#### [Task description]
Using the records below, write out again exactly the lines that begin at the line containing "e16 v14 v7 LINE" and end at the line containing "v17 (0,4.25,9.75)", and no other lines.

(Collected data)

========

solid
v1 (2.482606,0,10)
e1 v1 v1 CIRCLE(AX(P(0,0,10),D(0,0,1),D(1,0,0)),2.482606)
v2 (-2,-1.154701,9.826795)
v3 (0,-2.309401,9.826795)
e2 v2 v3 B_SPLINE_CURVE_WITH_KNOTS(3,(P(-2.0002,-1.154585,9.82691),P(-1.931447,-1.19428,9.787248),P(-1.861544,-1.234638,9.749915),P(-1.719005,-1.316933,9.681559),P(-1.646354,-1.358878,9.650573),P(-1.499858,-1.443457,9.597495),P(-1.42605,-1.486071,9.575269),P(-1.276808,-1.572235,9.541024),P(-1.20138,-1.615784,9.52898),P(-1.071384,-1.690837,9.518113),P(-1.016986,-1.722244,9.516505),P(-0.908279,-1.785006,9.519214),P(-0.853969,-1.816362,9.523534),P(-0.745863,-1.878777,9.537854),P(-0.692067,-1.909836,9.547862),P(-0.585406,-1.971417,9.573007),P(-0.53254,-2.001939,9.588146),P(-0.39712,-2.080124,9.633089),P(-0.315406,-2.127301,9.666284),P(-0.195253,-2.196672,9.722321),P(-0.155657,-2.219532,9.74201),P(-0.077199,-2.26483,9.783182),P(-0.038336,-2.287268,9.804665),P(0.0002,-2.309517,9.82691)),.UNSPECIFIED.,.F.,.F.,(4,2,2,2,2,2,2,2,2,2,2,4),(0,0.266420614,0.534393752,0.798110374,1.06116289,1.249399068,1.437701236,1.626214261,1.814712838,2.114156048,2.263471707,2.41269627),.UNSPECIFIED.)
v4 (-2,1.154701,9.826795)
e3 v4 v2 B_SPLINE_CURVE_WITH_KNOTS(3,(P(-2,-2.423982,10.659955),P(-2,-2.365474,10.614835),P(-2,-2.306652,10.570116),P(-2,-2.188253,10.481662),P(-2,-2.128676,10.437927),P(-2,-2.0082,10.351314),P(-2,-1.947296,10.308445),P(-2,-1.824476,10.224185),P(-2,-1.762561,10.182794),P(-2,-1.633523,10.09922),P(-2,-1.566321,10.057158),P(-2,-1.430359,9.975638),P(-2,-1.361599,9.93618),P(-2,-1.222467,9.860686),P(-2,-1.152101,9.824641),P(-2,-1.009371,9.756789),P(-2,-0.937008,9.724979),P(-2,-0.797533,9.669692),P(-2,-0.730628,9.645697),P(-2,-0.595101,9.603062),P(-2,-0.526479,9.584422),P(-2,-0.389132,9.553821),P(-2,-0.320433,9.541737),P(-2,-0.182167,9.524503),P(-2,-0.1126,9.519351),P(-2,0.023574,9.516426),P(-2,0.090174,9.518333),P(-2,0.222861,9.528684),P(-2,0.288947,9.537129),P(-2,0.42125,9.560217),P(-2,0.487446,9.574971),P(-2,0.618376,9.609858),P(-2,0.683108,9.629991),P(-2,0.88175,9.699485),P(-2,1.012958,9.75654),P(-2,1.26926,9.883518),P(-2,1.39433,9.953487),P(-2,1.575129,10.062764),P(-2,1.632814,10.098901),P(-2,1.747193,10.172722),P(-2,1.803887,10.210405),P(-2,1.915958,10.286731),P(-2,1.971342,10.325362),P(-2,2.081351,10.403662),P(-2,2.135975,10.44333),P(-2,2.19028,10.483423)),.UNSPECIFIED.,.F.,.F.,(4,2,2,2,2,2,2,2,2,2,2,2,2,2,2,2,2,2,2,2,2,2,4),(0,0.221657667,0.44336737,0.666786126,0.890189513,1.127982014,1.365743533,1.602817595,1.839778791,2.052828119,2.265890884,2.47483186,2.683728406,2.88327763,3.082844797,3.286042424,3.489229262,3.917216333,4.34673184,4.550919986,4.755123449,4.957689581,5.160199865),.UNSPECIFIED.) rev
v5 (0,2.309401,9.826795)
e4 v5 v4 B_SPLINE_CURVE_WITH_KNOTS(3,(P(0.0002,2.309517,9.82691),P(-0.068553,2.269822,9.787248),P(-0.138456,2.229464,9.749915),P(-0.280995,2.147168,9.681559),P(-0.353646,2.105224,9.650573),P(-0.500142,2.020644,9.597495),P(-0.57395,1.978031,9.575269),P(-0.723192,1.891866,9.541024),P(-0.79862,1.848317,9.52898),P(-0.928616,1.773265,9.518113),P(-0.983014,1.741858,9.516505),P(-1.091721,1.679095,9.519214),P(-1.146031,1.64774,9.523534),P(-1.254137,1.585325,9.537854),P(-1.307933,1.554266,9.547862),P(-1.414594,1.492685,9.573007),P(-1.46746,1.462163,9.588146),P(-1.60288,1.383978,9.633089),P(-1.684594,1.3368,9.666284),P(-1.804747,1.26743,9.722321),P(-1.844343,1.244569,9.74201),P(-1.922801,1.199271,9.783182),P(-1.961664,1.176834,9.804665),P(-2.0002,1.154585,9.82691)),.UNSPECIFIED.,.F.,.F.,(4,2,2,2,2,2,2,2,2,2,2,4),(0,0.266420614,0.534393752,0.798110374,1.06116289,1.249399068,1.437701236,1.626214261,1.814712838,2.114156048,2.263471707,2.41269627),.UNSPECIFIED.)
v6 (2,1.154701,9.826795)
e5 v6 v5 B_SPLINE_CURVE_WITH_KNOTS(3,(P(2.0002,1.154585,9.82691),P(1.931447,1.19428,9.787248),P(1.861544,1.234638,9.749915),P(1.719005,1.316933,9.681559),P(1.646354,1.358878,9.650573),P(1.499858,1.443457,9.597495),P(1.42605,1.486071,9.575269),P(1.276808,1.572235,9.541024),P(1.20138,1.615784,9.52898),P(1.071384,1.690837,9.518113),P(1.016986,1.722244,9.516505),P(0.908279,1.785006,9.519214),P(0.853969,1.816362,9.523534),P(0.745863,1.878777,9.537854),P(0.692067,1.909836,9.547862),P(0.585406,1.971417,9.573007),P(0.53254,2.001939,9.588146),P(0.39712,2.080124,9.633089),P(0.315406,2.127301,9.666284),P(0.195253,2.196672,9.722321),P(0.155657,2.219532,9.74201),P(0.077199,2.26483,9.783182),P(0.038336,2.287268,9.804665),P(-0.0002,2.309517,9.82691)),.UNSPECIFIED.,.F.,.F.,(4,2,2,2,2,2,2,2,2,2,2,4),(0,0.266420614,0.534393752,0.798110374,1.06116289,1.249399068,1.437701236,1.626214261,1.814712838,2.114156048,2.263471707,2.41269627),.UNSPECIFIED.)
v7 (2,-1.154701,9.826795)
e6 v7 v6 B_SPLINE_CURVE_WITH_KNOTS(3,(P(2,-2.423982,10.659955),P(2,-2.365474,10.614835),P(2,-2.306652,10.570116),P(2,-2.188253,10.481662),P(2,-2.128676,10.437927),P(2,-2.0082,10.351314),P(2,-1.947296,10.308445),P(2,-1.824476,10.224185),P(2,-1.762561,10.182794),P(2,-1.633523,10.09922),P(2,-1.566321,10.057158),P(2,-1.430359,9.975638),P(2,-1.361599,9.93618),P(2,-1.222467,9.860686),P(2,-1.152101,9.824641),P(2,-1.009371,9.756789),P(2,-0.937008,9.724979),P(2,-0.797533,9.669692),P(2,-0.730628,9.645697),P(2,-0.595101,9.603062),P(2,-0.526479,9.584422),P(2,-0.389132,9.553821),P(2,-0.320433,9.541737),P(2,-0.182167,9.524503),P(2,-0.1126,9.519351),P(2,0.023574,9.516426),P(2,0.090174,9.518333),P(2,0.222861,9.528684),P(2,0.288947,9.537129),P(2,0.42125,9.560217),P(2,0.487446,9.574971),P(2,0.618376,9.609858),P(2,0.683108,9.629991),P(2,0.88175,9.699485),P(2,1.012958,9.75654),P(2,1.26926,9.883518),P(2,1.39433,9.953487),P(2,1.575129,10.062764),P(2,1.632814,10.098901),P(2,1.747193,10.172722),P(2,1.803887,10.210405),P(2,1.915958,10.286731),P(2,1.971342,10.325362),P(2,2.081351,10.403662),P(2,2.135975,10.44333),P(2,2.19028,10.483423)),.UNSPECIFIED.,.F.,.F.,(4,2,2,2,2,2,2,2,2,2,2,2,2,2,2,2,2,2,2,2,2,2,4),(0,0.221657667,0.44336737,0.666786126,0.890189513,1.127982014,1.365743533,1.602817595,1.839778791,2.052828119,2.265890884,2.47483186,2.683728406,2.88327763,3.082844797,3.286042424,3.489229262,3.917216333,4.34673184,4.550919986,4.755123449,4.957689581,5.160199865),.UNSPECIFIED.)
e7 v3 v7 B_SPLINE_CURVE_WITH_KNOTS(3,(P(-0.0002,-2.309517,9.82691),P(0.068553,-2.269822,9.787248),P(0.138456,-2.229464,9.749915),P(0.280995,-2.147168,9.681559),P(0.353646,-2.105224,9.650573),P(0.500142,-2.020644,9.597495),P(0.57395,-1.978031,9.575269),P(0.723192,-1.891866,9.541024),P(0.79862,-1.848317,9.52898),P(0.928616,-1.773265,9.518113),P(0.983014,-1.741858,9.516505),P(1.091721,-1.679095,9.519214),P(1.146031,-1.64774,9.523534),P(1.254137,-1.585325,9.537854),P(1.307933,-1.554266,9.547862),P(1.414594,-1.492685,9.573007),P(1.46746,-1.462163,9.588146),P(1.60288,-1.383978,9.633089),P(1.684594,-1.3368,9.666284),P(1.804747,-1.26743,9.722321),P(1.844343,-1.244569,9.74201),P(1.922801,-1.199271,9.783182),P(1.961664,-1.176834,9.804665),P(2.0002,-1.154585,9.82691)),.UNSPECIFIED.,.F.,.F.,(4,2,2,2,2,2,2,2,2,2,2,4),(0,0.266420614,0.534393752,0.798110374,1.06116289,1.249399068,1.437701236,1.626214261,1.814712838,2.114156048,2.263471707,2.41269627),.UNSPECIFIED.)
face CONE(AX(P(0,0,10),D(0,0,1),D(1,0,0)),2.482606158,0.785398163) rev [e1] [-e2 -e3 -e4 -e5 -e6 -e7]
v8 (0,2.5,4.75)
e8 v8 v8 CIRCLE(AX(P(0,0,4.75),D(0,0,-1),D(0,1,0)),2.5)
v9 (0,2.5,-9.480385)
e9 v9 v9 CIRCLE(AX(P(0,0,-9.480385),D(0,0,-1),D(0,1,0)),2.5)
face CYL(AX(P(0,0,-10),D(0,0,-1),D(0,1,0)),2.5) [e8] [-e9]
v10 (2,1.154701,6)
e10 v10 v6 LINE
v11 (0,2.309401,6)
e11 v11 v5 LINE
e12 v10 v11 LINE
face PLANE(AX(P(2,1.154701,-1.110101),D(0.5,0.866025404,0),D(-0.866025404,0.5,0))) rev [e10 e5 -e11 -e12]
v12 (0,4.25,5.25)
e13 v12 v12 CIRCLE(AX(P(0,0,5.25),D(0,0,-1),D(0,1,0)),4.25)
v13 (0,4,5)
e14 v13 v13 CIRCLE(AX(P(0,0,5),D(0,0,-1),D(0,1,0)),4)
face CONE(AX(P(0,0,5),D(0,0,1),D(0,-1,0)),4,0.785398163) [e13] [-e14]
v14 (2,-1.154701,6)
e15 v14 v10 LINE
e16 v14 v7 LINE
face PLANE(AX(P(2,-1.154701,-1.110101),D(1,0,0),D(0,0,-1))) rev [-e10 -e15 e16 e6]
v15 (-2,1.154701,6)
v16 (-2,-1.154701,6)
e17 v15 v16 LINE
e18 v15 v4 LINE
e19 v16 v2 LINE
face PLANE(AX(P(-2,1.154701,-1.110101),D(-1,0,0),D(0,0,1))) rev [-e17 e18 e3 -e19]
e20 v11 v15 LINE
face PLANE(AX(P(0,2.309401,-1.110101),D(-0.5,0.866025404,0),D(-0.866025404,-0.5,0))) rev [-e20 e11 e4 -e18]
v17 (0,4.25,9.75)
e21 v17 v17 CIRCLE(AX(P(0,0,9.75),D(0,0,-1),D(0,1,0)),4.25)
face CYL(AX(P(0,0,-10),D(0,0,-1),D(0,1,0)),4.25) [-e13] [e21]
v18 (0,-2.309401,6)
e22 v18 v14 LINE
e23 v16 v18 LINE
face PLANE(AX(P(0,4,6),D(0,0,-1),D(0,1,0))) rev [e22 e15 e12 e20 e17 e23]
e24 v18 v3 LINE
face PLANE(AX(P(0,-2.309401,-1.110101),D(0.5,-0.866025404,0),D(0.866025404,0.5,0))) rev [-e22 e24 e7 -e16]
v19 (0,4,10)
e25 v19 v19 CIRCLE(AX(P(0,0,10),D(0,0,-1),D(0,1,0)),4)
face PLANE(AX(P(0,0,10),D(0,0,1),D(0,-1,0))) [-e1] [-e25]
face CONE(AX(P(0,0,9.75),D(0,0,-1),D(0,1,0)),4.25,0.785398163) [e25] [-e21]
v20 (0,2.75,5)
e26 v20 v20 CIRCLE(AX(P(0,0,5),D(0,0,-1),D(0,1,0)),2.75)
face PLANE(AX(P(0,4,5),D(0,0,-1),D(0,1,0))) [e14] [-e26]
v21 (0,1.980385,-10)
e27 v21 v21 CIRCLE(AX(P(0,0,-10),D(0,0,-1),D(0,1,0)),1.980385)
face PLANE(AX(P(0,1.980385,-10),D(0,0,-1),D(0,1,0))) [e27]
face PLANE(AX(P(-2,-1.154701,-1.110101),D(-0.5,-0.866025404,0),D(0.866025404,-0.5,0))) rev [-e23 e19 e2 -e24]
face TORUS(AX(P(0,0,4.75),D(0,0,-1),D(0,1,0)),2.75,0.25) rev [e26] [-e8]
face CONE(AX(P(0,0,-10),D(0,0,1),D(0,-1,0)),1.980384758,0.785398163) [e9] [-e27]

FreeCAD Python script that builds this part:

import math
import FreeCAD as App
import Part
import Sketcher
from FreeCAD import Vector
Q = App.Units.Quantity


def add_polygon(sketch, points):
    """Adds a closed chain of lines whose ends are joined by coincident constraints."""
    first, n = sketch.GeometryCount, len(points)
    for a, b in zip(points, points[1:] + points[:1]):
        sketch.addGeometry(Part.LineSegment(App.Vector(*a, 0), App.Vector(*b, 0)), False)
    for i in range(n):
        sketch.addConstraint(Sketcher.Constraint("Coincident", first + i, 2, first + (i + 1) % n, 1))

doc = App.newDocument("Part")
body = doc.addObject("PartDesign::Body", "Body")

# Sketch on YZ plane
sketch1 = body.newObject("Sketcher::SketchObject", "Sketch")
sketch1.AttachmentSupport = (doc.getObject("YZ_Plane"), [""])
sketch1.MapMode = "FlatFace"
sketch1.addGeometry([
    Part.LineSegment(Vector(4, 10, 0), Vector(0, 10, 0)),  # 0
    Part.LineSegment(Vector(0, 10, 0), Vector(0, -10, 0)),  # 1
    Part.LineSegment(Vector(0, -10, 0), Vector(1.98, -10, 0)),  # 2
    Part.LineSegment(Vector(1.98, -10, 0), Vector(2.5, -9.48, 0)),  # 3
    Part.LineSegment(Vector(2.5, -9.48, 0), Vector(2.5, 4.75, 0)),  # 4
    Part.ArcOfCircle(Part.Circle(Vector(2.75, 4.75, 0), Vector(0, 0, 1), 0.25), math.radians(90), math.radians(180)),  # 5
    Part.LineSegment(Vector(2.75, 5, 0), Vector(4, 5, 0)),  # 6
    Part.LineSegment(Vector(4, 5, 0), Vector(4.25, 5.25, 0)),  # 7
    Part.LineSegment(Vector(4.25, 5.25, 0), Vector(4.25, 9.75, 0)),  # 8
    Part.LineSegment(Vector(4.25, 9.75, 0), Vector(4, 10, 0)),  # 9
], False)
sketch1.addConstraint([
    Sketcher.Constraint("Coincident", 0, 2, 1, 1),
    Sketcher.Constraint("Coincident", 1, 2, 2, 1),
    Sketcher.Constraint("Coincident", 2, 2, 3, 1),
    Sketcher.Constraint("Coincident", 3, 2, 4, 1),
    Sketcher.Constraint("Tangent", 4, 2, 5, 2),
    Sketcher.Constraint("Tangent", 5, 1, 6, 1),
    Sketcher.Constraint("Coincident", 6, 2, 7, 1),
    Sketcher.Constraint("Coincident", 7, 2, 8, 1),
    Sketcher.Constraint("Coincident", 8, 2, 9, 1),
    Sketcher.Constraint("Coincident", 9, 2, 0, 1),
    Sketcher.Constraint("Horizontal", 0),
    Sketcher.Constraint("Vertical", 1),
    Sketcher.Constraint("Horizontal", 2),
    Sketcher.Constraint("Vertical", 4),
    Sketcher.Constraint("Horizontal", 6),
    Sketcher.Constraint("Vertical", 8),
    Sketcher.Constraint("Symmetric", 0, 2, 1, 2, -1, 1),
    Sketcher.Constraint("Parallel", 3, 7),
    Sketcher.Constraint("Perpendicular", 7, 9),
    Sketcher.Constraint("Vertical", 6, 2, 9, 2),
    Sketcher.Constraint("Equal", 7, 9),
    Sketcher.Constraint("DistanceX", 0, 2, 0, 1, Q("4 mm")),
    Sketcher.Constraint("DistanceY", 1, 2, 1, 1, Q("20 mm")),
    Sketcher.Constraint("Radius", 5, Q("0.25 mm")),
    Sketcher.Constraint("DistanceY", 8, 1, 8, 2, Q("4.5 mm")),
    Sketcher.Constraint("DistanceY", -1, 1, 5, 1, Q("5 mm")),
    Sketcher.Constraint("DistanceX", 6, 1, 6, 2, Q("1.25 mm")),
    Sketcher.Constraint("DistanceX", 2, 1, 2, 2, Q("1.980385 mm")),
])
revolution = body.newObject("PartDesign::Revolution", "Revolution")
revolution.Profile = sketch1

========

#### [Finished exercise]
e16 v14 v7 LINE
face PLANE(AX(P(2,-1.154701,-1.110101),D(1,0,0),D(0,0,-1))) rev [-e10 -e15 e16 e6]
v15 (-2,1.154701,6)
v16 (-2,-1.154701,6)
e17 v15 v16 LINE
e18 v15 v4 LINE
e19 v16 v2 LINE
face PLANE(AX(P(-2,1.154701,-1.110101),D(-1,0,0),D(0,0,1))) rev [-e17 e18 e3 -e19]
e20 v11 v15 LINE
face PLANE(AX(P(0,2.309401,-1.110101),D(-0.5,0.866025404,0),D(-0.866025404,-0.5,0))) rev [-e20 e11 e4 -e18]
v17 (0,4.25,9.75)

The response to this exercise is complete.